I get barrier aggression. A lot of dogs at work show barrier aggression towards me and my staff but I am not the dogs master, I am a care taker at a the kennel. Never have one of my own dogs show barrier aggression towards me or my children. That's just not cool and is extremely dangerous!!!! No child is mentally sharp enough to react with speed needed to avoid a bite. If it is truly barrier aggression ugh don't let the child EVER crate the dog!!


----------



## Baillif (Jun 26, 2013)

That would be a sensible management solution, yes.


----------



## selzer (May 7, 2005)

Barrier aggression is fine against another dog or a stranger. Barrier aggression toward a child raised with the young dog, no. That dog has either not been taught to respect the child as a critter not to be molested, or the dog does not have the capacity for it. Meaning, that when this dog has had enough, or is excited enough, he will bite even a child that lives in his home. 
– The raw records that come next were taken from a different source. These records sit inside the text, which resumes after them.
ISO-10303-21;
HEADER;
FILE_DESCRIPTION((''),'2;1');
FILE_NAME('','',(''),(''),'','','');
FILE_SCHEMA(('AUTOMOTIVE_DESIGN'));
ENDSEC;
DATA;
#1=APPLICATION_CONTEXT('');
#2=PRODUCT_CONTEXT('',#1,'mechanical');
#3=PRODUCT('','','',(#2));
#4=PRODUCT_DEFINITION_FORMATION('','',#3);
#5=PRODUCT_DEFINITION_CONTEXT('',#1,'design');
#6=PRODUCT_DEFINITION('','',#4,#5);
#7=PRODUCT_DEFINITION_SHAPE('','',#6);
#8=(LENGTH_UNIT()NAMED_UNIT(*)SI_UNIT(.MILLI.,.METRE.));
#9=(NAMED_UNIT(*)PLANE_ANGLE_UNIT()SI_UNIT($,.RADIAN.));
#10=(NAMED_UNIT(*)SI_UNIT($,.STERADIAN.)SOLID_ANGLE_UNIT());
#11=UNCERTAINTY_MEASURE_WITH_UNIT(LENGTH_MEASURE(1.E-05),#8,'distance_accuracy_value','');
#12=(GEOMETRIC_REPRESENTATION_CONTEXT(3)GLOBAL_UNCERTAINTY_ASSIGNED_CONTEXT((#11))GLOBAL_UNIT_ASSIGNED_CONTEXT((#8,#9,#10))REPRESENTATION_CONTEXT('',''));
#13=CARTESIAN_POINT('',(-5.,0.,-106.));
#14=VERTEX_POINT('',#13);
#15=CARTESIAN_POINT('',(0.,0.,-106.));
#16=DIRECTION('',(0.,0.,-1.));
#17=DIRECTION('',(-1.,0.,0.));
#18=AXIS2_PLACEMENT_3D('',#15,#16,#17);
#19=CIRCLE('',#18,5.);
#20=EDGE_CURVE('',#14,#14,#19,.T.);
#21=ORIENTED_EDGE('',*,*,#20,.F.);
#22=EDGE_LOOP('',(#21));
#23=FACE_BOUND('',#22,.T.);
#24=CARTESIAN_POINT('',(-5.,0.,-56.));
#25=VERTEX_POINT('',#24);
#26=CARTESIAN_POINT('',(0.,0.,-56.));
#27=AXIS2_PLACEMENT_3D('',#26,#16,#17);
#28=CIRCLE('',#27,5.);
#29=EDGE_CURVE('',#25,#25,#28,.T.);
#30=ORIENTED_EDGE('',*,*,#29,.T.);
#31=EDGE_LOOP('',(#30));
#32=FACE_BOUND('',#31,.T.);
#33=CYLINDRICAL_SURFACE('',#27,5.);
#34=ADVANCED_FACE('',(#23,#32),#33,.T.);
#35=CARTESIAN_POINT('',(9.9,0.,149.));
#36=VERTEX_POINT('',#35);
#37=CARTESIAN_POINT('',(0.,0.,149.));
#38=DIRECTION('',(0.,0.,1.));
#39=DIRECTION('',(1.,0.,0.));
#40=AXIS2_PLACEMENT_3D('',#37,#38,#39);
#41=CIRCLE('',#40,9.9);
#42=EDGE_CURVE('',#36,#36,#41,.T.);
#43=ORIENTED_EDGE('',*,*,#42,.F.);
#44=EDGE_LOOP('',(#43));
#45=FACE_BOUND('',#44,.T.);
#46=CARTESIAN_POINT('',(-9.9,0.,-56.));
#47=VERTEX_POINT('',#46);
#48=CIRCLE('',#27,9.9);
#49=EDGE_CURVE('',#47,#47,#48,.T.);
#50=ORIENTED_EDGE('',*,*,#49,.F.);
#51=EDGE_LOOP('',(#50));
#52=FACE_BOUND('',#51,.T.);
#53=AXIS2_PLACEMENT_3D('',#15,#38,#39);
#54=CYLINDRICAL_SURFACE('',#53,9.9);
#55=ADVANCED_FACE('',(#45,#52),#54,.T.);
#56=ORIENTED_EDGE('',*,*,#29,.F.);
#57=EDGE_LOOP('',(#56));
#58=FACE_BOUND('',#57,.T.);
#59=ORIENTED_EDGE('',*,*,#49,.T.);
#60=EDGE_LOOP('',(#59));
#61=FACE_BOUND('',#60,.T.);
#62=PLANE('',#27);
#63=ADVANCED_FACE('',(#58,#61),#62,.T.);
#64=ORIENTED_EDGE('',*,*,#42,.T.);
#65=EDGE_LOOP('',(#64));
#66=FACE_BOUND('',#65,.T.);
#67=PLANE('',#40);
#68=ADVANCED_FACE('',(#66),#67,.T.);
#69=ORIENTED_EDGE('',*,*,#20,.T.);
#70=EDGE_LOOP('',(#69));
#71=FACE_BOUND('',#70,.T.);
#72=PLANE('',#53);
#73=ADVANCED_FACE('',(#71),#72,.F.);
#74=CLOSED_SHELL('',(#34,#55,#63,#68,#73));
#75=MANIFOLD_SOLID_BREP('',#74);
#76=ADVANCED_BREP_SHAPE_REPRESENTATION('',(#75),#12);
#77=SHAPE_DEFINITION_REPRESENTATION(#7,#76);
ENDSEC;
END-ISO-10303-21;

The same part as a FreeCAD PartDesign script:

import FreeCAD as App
import Part
import Sketcher

V = App.Vector
Q = App.Units.Quantity

doc = App.newDocument("Part")
body = doc.addObject("PartDesign::Body", "Body")

# Sketch on XY plane
sketch1 = body.newObject("Sketcher::SketchObject", "Sketch")
sketch1.AttachmentSupport = (doc.getObject("XY_Plane"), [""])
sketch1.MapMode = "FlatFace"
sketch1.addGeometry(Part.Circle(V(0, 0, 0), V(0, 0, 1), 10), False)
sketch1.addConstraint([
    Sketcher.Constraint("Coincident", 0, 3, -1, 1),
    Sketcher.Constraint("Diameter", 0, Q("19.8 mm")),
])
pad1 = body.newObject("PartDesign::Pad", "Pad")
pad1.Profile = sketch1
pad1.Type = "TwoLengths"
pad1.Length = 149
pad1.Length2 = 106

# Sketch on XY plane
sketch2 = body.newObject("Sketcher::SketchObject", "Sketch001")
sketch2.AttachmentSupport = (doc.getObject("XY_Plane"), [""])
sketch2.MapMode = "FlatFace"
sketch2.AttachmentOffset = App.Placement(V(0, 0, -106), App.Rotation())
sketch2.addGeometry([
    Part.Circle(V(0, 0, 0), V(0, 0, 1), 10),
    Part.Circle(V(0, 0, 0), V(0, 0, 1), 5),
], False)
sketch2.addConstraint([
    Sketcher.Constraint("Coincident", 0, 3, -1, 1),
    Sketcher.Constraint("Coincident", 1, 3, -1, 1),
    Sketcher.Constraint("Diameter", 1, Q("10 mm")),
    Sketcher.Constraint("Diameter", 0, Q("19.8 mm")),
])
pocket1 = body.newObject("PartDesign::Pocket", "Pocket")
pocket1.Profile = sketch2
pocket1.Length = 50
pocket1.Reversed = True

doc.recompute()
A snap is beyond a bark or a growl. It means, if you don't stop what you are doing and back down, I am going to bite you. I just don't know how I could forgive myself if the dog did bite the child after such a warning. If you and the trainer and the child doesn't get it right, someone is going to get hurt, and placing a kid at risk like that, because some guys on the internet say this is barrier aggression, if you remove the barrier, nothing bad will ever happen again. I just don't know.

This is a young dog, who is not fully mature yet. He has always been difficult to handle according to the owner. It sounds like he is given a lot leeway and not the kind of dog who is ok with that. It sounds like the owners don't have a handle on the dog. And the dog is snapping at their kid. Maybe having someone experienced in canine behavior evaluate the dog-handlers interaction, they can assess the situation and have a plan which will manage everything including the child, the dog, and the crate. 

And, maybe, this dog isn't a good candidate for a family dog. And maybe, if they can get a handle on the dog, maybe as he matures he can become a great dog. I just think that a dog raised with a kid shouldn't be snapping at the kid. If they truly get themselves into a zone where they must aggress toward whatever or whoever is there, then they are simply not safe to be living with children.


----------



## newlie (Feb 12, 2013)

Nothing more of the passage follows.